Delighted to see young Richard Lawson and Craig Cook making such a positive impression in their first season at Workington. The Cumbrians had a reputation in the seventies for discovering and promoting local talent and it's good to see that happen once again. It's particularly important for the more isolated clubs to identify any talent that's on their doorstep, one imagines the cost savings will be substantial if compared to travel costs for those commuting from down south or abroad. Similarly supporters are always happy to see 'one of their own' doing well for the team and will generally be that bit more patient as the youngsters make their way. Much better all round than the Comets bringing in a journeyman rider from abroad on a weekly basis to score the same number of points.

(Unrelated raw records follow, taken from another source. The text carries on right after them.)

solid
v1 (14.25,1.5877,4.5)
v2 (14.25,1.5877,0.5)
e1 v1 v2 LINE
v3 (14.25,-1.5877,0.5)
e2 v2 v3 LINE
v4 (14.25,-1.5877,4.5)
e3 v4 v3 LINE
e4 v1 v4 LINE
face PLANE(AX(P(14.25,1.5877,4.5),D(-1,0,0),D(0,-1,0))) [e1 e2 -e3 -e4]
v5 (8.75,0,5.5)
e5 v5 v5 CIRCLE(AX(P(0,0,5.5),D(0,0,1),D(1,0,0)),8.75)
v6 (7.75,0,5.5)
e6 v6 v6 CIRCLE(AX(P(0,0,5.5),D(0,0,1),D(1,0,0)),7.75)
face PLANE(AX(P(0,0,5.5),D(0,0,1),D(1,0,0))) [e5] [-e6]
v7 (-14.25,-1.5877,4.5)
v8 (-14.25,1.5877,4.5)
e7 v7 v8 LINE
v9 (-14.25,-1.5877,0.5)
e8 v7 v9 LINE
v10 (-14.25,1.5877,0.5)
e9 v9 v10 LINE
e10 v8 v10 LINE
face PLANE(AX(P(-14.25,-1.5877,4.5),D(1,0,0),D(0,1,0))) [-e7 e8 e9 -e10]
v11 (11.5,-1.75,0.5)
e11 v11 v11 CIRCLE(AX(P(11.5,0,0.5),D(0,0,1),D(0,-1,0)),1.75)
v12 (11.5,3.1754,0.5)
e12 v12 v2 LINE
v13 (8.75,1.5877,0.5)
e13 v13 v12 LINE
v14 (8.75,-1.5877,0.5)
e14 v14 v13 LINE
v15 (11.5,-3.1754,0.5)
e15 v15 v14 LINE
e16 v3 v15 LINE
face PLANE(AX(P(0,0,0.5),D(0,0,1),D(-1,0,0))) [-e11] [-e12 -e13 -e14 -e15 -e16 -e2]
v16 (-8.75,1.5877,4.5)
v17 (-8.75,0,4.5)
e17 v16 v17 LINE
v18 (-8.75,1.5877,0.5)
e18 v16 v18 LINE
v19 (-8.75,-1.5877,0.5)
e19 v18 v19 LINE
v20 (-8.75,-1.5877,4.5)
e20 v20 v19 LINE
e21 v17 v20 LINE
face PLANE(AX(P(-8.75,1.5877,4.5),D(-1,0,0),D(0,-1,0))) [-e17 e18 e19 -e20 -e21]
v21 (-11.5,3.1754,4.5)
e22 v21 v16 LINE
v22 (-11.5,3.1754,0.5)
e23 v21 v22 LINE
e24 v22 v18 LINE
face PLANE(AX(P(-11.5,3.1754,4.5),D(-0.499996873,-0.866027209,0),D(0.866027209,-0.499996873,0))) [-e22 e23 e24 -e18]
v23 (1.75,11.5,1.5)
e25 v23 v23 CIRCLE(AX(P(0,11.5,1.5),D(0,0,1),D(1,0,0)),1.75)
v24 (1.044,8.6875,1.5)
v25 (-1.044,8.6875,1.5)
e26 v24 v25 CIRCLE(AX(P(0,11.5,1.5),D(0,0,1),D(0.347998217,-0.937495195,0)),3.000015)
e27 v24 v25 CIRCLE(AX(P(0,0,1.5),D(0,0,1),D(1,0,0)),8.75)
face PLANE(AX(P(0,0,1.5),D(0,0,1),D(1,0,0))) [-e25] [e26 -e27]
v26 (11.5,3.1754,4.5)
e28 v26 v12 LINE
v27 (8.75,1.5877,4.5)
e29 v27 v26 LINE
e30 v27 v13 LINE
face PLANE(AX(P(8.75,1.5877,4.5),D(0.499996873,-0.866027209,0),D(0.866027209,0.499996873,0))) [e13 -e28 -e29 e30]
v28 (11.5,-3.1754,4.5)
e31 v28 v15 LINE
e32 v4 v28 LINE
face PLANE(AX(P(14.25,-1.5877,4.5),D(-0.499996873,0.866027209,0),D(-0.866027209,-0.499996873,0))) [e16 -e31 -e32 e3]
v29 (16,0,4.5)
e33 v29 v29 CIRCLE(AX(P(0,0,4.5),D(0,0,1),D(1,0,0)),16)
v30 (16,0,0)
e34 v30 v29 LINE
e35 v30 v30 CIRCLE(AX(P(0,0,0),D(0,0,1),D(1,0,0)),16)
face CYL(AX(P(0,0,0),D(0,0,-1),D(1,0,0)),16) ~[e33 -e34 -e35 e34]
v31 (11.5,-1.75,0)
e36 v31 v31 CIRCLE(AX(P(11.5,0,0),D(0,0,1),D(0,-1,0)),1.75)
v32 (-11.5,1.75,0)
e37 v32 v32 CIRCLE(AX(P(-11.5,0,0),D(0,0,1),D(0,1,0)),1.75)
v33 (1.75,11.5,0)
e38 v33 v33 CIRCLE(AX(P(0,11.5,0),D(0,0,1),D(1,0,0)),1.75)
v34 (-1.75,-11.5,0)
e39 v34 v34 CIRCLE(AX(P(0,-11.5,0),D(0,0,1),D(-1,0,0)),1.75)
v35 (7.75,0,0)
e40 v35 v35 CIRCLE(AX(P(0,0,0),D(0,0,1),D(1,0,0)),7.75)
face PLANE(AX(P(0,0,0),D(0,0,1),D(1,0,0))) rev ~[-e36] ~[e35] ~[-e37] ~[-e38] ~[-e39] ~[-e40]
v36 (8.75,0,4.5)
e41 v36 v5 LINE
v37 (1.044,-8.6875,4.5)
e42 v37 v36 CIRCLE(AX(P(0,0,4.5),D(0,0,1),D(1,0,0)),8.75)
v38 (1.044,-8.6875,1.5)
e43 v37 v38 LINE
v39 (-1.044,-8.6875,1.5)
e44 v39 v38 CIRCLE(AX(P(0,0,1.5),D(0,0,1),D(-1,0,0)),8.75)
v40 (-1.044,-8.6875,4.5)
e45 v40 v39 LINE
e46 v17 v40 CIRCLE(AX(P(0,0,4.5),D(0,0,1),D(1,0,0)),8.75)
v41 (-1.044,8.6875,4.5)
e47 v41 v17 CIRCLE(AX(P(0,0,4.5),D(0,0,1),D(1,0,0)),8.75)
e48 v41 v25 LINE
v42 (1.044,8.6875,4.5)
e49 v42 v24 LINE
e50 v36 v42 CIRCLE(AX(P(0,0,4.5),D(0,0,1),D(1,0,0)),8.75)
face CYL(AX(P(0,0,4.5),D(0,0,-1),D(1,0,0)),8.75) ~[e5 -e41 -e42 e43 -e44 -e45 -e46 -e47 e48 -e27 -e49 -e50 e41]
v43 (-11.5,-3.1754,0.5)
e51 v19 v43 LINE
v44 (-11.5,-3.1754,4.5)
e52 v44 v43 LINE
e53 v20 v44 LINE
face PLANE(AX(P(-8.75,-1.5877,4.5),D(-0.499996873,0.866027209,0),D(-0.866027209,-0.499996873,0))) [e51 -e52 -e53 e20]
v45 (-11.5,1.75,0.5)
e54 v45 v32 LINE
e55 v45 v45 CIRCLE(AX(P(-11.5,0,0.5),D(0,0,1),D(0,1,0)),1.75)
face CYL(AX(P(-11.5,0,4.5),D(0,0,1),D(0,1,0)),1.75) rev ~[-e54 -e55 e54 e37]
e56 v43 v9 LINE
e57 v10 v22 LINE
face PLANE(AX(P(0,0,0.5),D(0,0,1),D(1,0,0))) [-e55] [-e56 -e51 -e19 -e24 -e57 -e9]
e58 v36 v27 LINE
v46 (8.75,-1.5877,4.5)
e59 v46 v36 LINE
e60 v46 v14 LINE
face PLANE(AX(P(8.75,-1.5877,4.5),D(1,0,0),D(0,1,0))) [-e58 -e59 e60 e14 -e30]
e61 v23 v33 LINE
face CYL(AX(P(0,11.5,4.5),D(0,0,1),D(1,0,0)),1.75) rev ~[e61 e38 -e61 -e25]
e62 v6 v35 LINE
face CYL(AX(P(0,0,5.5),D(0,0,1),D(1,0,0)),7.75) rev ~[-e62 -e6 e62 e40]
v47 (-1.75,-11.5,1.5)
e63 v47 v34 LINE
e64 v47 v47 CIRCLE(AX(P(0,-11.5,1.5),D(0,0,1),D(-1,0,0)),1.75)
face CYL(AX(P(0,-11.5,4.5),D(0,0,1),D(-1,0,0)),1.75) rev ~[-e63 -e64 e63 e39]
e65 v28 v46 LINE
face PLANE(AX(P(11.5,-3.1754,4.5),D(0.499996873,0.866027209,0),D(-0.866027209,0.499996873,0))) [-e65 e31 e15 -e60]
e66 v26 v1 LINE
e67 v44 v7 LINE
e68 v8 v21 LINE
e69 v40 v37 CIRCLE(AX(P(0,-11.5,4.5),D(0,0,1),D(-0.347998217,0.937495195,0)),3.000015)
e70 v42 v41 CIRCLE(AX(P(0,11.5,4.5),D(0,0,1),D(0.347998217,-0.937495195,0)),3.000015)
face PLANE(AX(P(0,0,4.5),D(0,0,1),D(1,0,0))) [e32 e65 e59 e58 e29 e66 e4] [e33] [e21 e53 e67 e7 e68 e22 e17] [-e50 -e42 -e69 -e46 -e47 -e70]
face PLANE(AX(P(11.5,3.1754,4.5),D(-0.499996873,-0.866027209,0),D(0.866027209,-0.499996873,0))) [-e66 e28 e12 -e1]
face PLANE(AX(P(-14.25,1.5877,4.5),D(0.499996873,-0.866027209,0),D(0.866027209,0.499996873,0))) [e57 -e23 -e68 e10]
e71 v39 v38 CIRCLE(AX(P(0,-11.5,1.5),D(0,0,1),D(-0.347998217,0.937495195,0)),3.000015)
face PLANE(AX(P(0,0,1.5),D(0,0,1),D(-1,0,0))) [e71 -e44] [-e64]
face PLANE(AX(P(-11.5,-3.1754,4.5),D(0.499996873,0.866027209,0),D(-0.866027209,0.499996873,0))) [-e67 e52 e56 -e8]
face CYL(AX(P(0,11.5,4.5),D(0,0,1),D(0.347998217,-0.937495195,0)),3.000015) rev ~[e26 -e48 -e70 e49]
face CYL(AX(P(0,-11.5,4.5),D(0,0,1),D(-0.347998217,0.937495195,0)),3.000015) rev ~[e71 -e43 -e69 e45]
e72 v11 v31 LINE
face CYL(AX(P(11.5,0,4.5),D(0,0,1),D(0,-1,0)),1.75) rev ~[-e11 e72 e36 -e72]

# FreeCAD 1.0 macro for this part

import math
import FreeCAD as App
import Part
import Sketcher
Q = App.Units.Quantity

doc = App.newDocument("Part")
body = doc.addObject("PartDesign::Body", "Body")

# Sketch on XY plane
sketch1 = body.newObject("Sketcher::SketchObject", "Sketch")
sketch1.AttachmentSupport = (doc.getObject("XY_Plane"), [""])
sketch1.MapMode = "FlatFace"
sketch1.addGeometry(Part.Circle(App.Vector(0, 0, 0), App.Vector(0, 0, 1), 16), False)
sketch1.addConstraint(Sketcher.Constraint("Coincident", 0, 3, -1, 1))
sketch1.addConstraint(Sketcher.Constraint("Diameter", 0, 32.0))
pad1 = body.newObject("PartDesign::Pad", "Pad")
pad1.Profile = sketch1
pad1.Length = 4.5

# Sketch on XY plane
sketch2 = body.newObject("Sketcher::SketchObject", "Sketch001")
sketch2.AttachmentSupport = (doc.getObject("XY_Plane"), [""])
sketch2.MapMode = "FlatFace"
sketch2.AttachmentOffset = App.Placement(App.Vector(0, 0, 4.5), App.Rotation())
sketch2.addGeometry(Part.Circle(App.Vector(0, 0, 0), App.Vector(0, 0, 1), 8.75), False)
sketch2.addConstraint(Sketcher.Constraint("Coincident", 0, 3, -1, 1))
sketch2.addConstraint(Sketcher.Constraint("Diameter", 0, 17.5))
pad2 = body.newObject("PartDesign::Pad", "Pad001")
pad2.Profile = sketch2
pad2.Length = 1

# Sketch on XY plane
sketch3 = body.newObject("Sketcher::SketchObject", "Sketch002")
sketch3.AttachmentSupport = (doc.getObject("XY_Plane"), [""])
sketch3.MapMode = "FlatFace"
sketch3.AttachmentOffset = App.Placement(App.Vector(0, 0, 5.5), App.Rotation())
sketch3.addGeometry(Part.Circle(App.Vector(0, 0, 0), App.Vector(0, 0, 1), 7.75), False)
sketch3.addConstraint(Sketcher.Constraint("Coincident", 0, 3, -1, 1))
sketch3.addConstraint(Sketcher.Constraint("Diameter", 0, 15.5))
pocket1 = body.newObject("PartDesign::Pocket", "Pocket")
pocket1.Profile = sketch3
pocket1.Type = "ThroughAll"

# Sketch on XY plane
sketch4 = body.newObject("Sketcher::SketchObject", "Sketch003")
sketch4.AttachmentSupport = (doc.getObject("XY_Plane"), [""])
sketch4.MapMode = "FlatFace"
sketch4.AttachmentOffset = App.Placement(App.Vector(0, 0, 4.5), App.Rotation())
sketch4.addGeometry(Part.Circle(App.Vector(0, 11.5, 0), App.Vector(0, 0, 1), 1.75), False)
sketch4.addConstraint(Sketcher.Constraint("PointOnObject", 0, 3, -2))
sketch4.addConstraint(Sketcher.Constraint("Diameter", 0, 3.5))
sketch4.addConstraint(Sketcher.Constraint("DistanceY", -1, 1, 0, 3, 11.5))
pocket2 = body.newObject("PartDesign::Pocket", "Pocket001")
pocket2.Profile = sketch4
pocket2.Type = "ThroughAll"
doc.recompute()

polarpattern = body.newObject("PartDesign::PolarPattern", "PolarPattern")
polarpattern.Originals = [pocket2]
polarpattern.Axis = (doc.getObject("Z_Axis"), [""])
polarpattern.Angle = 360
polarpattern.Occurrences = 4
body.Tip = polarpattern

# Sketch on XY plane
sketch5 = body.newObject("Sketcher::SketchObject", "Sketch004")
sketch5.AttachmentSupport = (doc.getObject("XY_Plane"), [""])
sketch5.MapMode = "FlatFace"
sketch5.AttachmentOffset = App.Placement(App.Vector(0, 0, 4.5), App.Rotation())
sketch5.addGeometry(Part.ArcOfCircle(Part.Circle(App.Vector(0, 0, 0), App.Vector(0, 0, 1), 8.75), math.radians(83.147474), math.radians(96.852526)), False)
sketch5.addGeometry(Part.ArcOfCircle(Part.Circle(App.Vector(0, 11.5, 0), App.Vector(0, 0, 1), 3.000015), math.radians(-69.635074), math.radians(249.635074)), False)
sketch5.addGeometry(Part.Circle(App.Vector(0, 11.5, 0), App.Vector(0, 0, 1), 1.75), False)
sketch5.addConstraint(Sketcher.Constraint("Coincident", 0, 1, 1, 1))
sketch5.addConstraint(Sketcher.Constraint("Coincident", 1, 2, 0, 2))
sketch5.addConstraint(Sketcher.Constraint("Coincident", 0, 3, -1, 1))
sketch5.addConstraint(Sketcher.Constraint("Coincident", 2, 3, 1, 3))
sketch5.addConstraint(Sketcher.Constraint("PointOnObject", 1, 3, -2))
sketch5.addConstraint(Sketcher.Constraint("Radius", 1, 3.0))
sketch5.addConstraint(Sketcher.Constraint("Diameter", 2, 3.5))
sketch5.addConstraint(Sketcher.Constraint("Radius", 0, 8.75))
sketch5.addConstraint(Sketcher.Constraint("DistanceY", -1, 1, 1, 3, 11.5))
pocket3 = body.newObject("PartDesign::Pocket", "Pocket002")
pocket3.Profile = sketch5
pocket3.Length = 3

Of course, Lawson and Cook aren't new to motorcycling as both have had success on the Moto-X scene (they used to call it scrambling in my day). Clearly this is an avenue that other (or indeed all) clubs should be looking to exploit in order to bring new talent into the sport. If memory serves, both Danny Bird and Ross Brady came from a similar background and were very quickly scoring points at senior level. In contrast, it seems that many novice riders take to the track with little or no previous experience of riding a bike. As a result they have to slog through months of mastering the necessary throttle control and building up their general level of confidences. These guys from the Moto-X world seem to have those from day one and are immediately able to concentrate on developing a broadside and picking out racing lines. They also probably come in with a better grasp of machine set-up and maintenance than your average fan-turned-rider. Though in Lawson's case having a former rider as his father would also be an advantage in this case.

Hopefully we'll see more of these Moto-crossers taking up speedway over the next few years, even if some of them develop no further than journeyman standard themselves, the fact they're based in the UK would be a welcome benefit.


If often puzzles me why people record race times in their programmes, to me they are almost irrelevant. The only exceptions to the rule are when a track record is broken or when the circuit is sodden and we can excite in race times around 10 seconds slower than the norm. Interesting to hear certainly, but a waste of ink if you write them down. Worst of all is that hush that descends over the stadium as people wait to hear the official race time - I've often got some interesting point to make to the person next to me and I have to wait until those all important three digits have been announced before I can do so! The fascination with race times is all the more pointless when you consider that the race has often been timed by an octogenarian with a stopwatch that used to be his father's. Let's get rid of the times and just enjoy the racing?


In my last article (The Numbers Game) I suggested that the new system for awarding match points would be scrapped after a single season. Having seen it in action, I must concede that I was wrong, it does actually seem to work! A number of meetings I've attended this season have been enlivened by the prospect of the away team snatching the precious extra point on offer. There have even been a couple of occasions where the match has looked done and dusted very early on, only for a successful use of the tactical ride to throw the destination of the extra point into doubt. So, here it comes.BSPA general conference, you got something right! Now don't screw it up by tinkering with it next season!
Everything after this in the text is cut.